■ **To do**
Find the line with "Vector(-2.9268, 310.475, 0)), False)" and the line with "Vector(1.7855, 310.475, 0)), False)" in the entries below; output exactly those two lines, every line between them, and no others.

Saved entries
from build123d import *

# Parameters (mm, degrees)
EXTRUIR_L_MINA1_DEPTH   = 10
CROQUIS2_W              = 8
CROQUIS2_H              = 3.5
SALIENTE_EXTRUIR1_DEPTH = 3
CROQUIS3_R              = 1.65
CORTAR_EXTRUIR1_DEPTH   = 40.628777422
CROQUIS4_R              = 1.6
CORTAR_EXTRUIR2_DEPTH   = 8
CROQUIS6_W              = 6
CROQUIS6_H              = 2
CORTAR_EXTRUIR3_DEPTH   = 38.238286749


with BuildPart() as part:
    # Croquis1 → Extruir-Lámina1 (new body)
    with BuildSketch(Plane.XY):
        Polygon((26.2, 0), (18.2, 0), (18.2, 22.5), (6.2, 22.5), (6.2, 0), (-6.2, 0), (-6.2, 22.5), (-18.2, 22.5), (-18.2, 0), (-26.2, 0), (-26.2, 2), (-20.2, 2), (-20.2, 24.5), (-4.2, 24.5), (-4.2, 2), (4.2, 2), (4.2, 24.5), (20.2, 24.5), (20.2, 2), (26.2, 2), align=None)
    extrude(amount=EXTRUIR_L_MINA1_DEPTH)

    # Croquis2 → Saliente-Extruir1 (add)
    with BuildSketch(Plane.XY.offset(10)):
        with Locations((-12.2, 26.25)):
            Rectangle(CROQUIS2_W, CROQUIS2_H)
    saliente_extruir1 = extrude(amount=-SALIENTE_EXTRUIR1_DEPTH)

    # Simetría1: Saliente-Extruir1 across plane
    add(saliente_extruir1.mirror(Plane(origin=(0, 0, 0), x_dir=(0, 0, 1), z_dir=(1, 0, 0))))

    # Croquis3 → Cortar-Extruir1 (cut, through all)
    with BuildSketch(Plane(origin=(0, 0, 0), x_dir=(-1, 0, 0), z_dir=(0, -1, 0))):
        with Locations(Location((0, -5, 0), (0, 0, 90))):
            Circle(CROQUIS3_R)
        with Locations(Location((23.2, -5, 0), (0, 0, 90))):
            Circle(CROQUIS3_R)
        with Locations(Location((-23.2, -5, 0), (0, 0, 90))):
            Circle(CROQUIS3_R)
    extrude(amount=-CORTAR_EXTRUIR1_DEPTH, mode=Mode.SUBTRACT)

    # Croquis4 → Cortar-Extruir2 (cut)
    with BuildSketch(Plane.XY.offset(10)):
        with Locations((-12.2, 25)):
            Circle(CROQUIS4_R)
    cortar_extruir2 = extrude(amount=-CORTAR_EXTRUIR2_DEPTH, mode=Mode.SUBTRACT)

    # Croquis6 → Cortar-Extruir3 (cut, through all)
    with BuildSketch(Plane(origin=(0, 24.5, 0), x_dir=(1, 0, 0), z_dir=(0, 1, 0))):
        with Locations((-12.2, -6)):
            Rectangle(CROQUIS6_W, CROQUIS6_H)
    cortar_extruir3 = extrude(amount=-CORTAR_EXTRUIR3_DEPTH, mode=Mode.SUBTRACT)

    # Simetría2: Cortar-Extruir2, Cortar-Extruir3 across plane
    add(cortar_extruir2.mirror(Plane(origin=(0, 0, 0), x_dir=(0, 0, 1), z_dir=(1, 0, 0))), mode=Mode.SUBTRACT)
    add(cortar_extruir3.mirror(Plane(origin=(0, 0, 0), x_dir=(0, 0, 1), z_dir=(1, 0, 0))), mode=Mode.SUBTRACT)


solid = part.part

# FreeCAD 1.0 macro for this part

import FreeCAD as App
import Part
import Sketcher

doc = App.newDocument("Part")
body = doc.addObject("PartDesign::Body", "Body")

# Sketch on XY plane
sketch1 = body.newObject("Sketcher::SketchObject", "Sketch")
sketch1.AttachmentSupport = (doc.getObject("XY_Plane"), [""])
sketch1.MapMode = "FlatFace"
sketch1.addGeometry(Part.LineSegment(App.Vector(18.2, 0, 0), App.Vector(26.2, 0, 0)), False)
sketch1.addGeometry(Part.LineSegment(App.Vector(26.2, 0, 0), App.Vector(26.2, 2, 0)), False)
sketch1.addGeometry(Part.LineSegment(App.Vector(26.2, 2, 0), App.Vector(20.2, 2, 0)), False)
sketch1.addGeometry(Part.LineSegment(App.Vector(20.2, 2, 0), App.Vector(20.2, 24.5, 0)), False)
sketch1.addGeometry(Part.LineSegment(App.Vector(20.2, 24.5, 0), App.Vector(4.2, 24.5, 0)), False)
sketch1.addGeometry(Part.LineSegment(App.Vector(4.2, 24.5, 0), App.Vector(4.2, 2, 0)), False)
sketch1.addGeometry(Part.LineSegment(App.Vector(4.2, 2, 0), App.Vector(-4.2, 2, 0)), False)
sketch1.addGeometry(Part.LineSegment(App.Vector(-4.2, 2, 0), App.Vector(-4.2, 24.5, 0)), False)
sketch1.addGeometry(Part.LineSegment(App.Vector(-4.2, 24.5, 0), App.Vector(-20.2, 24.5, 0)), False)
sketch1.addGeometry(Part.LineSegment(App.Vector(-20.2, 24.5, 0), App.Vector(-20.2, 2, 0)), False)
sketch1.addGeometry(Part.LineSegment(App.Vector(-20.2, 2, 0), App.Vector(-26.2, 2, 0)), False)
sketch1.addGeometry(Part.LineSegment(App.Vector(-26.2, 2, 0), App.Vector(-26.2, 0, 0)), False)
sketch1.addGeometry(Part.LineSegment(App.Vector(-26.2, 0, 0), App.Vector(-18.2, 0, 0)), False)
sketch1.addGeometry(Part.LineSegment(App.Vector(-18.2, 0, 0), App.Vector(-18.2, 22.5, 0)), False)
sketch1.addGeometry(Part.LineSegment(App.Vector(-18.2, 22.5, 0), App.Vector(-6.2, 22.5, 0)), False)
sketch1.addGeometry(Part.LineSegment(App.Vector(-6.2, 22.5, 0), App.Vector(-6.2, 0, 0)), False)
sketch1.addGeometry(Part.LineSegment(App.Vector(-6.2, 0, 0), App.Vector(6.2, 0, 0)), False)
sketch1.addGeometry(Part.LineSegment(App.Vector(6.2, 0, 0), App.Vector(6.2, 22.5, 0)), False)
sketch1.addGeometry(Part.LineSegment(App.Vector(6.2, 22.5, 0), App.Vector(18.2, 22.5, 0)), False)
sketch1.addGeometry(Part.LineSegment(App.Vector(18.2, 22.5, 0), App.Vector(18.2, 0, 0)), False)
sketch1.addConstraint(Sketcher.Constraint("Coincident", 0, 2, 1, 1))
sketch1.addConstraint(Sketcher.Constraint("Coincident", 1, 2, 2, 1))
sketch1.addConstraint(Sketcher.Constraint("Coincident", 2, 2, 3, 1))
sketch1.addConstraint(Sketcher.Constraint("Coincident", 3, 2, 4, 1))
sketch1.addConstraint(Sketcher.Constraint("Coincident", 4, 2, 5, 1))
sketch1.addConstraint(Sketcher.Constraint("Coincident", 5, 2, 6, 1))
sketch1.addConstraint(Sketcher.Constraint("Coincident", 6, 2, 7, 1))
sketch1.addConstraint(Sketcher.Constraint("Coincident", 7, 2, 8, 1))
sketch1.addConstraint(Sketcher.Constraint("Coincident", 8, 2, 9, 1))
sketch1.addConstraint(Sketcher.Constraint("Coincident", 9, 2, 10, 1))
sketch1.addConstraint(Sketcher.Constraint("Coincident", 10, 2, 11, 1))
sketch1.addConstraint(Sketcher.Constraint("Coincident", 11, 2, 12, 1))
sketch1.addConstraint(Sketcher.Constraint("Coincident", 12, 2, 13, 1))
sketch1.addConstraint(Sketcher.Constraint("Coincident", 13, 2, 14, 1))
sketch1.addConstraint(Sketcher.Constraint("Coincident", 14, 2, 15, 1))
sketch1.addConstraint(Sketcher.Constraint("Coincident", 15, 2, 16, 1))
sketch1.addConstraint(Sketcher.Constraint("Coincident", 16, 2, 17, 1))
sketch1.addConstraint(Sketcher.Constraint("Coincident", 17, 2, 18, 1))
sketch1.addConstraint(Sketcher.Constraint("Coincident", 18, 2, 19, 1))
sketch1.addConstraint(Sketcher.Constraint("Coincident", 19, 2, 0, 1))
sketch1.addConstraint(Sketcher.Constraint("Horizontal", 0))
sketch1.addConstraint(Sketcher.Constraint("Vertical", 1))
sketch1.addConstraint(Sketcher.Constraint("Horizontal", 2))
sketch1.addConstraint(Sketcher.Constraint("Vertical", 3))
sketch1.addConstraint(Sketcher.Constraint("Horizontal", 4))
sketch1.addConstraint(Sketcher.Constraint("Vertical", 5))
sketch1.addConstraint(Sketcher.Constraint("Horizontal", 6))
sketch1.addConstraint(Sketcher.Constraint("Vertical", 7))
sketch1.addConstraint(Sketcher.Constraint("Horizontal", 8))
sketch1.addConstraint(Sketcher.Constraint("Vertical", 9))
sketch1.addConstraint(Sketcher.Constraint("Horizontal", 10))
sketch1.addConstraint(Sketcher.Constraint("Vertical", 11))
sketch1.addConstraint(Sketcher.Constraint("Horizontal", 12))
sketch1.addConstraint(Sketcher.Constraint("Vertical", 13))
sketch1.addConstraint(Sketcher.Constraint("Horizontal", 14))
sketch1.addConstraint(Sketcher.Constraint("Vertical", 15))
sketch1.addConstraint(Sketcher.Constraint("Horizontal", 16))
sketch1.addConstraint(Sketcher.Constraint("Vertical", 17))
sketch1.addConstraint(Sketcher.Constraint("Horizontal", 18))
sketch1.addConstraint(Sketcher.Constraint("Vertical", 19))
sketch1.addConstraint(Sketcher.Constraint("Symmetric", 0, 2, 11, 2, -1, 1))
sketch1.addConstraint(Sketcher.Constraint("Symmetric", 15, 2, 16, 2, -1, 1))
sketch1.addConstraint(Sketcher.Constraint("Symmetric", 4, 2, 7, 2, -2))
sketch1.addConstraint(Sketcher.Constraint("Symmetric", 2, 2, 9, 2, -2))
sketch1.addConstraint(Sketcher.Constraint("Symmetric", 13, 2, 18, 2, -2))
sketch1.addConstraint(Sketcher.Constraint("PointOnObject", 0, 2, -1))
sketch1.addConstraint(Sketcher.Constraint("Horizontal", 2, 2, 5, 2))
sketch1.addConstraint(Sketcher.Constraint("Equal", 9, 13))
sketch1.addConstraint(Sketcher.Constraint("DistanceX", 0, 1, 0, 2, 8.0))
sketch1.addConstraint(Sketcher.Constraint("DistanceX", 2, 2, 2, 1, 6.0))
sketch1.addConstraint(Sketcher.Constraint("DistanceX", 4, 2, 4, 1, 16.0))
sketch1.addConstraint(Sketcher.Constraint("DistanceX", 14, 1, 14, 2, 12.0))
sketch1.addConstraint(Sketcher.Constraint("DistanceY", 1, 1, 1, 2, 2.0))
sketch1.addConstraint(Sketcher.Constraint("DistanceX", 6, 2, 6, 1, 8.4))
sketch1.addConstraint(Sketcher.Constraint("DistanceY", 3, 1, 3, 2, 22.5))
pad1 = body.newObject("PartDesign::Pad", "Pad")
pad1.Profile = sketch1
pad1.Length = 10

--

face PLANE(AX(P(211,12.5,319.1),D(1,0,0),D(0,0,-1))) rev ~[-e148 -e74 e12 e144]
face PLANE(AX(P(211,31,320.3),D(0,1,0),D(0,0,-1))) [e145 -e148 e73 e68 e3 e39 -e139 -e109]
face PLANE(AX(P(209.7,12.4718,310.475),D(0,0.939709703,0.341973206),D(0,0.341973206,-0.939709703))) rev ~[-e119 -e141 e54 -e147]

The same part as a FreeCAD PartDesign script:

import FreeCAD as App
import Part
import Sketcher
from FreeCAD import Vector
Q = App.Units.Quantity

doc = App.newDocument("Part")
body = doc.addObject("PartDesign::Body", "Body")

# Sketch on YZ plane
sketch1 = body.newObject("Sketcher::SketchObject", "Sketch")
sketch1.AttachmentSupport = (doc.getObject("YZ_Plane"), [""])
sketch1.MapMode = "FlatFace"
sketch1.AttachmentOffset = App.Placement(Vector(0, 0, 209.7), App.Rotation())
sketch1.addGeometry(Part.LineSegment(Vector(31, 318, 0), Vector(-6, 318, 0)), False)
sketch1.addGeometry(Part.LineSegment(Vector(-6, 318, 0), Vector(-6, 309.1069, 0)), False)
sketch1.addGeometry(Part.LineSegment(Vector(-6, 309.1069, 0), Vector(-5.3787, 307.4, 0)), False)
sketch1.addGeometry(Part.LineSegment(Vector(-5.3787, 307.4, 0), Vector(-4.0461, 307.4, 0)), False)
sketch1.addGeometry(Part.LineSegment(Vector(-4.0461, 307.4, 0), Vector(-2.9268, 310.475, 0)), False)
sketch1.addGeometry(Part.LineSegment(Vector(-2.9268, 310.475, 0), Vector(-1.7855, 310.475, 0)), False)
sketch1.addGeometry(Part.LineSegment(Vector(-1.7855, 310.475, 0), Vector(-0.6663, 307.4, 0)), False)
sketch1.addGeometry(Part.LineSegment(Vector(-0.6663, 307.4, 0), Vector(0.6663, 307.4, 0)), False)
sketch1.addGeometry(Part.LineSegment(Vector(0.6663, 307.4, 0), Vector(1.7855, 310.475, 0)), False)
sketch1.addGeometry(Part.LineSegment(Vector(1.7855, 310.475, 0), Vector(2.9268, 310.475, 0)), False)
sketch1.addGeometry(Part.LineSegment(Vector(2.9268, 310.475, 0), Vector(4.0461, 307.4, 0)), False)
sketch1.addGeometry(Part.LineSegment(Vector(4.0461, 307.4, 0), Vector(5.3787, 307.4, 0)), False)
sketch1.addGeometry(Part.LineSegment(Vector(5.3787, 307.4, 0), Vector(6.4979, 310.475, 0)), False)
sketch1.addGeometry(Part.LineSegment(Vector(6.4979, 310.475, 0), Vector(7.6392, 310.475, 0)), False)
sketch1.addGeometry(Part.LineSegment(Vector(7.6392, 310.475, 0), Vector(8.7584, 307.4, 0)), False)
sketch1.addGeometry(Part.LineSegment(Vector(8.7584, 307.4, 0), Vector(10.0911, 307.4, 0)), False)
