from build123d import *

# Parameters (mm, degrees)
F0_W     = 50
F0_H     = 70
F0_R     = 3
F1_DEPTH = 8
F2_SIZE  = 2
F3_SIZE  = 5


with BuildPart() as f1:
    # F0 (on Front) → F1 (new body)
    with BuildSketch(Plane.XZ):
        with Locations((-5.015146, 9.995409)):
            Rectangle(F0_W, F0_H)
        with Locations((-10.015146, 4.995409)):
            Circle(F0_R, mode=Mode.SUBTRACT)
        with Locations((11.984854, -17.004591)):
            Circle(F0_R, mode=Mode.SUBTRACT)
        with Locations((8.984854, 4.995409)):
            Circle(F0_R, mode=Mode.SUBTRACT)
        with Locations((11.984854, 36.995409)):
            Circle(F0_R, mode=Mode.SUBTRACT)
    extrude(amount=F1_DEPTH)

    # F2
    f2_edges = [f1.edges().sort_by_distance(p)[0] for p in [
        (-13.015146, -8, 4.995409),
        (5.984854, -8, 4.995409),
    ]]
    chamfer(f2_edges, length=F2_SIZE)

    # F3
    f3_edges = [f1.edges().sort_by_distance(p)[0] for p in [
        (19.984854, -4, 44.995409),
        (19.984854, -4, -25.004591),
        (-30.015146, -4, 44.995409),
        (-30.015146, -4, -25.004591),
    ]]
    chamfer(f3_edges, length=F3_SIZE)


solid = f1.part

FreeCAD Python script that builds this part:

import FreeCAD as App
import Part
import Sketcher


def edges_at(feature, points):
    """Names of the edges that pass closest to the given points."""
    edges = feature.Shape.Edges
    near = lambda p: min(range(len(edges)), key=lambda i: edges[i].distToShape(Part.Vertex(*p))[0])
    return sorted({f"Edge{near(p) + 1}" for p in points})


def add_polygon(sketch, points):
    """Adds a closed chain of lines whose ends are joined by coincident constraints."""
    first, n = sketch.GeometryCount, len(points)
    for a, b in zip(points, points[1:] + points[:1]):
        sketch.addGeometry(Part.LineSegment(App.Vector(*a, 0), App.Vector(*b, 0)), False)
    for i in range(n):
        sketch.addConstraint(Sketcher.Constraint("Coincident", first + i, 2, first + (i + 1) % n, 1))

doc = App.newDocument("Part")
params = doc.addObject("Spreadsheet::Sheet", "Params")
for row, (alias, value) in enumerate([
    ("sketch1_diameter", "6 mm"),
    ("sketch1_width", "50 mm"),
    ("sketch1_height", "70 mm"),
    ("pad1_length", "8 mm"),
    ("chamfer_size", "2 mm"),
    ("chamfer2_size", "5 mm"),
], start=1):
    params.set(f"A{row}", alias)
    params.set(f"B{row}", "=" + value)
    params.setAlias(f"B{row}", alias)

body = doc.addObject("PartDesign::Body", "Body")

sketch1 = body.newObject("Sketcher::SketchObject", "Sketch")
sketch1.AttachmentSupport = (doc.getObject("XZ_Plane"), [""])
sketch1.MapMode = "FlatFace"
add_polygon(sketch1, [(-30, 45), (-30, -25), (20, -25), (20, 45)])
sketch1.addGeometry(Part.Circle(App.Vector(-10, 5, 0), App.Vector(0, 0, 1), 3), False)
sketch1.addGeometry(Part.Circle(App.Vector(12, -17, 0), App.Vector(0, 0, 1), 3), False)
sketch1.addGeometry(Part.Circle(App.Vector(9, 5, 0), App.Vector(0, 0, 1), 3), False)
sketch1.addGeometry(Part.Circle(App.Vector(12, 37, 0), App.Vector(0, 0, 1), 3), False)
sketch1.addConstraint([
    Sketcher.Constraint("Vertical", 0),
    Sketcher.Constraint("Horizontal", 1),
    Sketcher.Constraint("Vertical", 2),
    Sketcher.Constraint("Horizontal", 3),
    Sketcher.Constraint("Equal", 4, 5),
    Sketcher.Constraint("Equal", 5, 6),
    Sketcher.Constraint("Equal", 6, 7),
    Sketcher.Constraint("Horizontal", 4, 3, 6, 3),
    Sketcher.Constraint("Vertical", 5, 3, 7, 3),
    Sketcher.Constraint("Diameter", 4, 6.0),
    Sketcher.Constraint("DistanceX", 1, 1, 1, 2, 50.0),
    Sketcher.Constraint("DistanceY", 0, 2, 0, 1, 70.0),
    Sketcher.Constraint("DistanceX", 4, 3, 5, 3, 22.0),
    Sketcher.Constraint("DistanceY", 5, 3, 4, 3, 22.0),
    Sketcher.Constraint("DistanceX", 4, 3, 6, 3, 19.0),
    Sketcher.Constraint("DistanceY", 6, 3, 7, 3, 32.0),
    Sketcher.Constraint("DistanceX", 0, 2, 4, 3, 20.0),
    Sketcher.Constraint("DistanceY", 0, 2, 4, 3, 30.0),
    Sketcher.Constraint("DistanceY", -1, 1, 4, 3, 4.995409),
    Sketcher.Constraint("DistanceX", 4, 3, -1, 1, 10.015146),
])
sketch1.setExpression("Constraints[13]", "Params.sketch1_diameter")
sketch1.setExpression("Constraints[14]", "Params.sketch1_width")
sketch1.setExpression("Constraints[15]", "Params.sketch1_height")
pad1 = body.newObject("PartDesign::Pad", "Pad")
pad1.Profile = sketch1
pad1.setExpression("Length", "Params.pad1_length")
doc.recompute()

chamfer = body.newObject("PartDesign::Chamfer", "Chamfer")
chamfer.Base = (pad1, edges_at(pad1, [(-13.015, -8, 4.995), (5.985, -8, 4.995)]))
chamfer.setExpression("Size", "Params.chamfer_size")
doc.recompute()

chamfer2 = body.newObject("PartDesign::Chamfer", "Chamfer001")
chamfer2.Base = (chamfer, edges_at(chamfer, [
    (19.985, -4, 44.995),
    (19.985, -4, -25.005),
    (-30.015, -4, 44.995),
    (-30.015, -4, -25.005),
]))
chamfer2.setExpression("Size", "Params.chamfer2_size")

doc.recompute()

■ **Exercise response**
sketch1.addGeometry(Part.LineSegment(Vector(-4.0461, 307.4, 0), Vector(-2.9268, 310.475, 0)), False)
sketch1.addGeometry(Part.LineSegment(Vector(-2.9268, 310.475, 0), Vector(-1.7855, 310.475, 0)), False)
sketch1.addGeometry(Part.LineSegment(Vector(-1.7855, 310.475, 0), Vector(-0.6663, 307.4, 0)), False)
sketch1.addGeometry(Part.LineSegment(Vector(-0.6663, 307.4, 0), Vector(0.6663, 307.4, 0)), False)
sketch1.addGeometry(Part.LineSegment(Vector(0.6663, 307.4, 0), Vector(1.7855, 310.475, 0)), False)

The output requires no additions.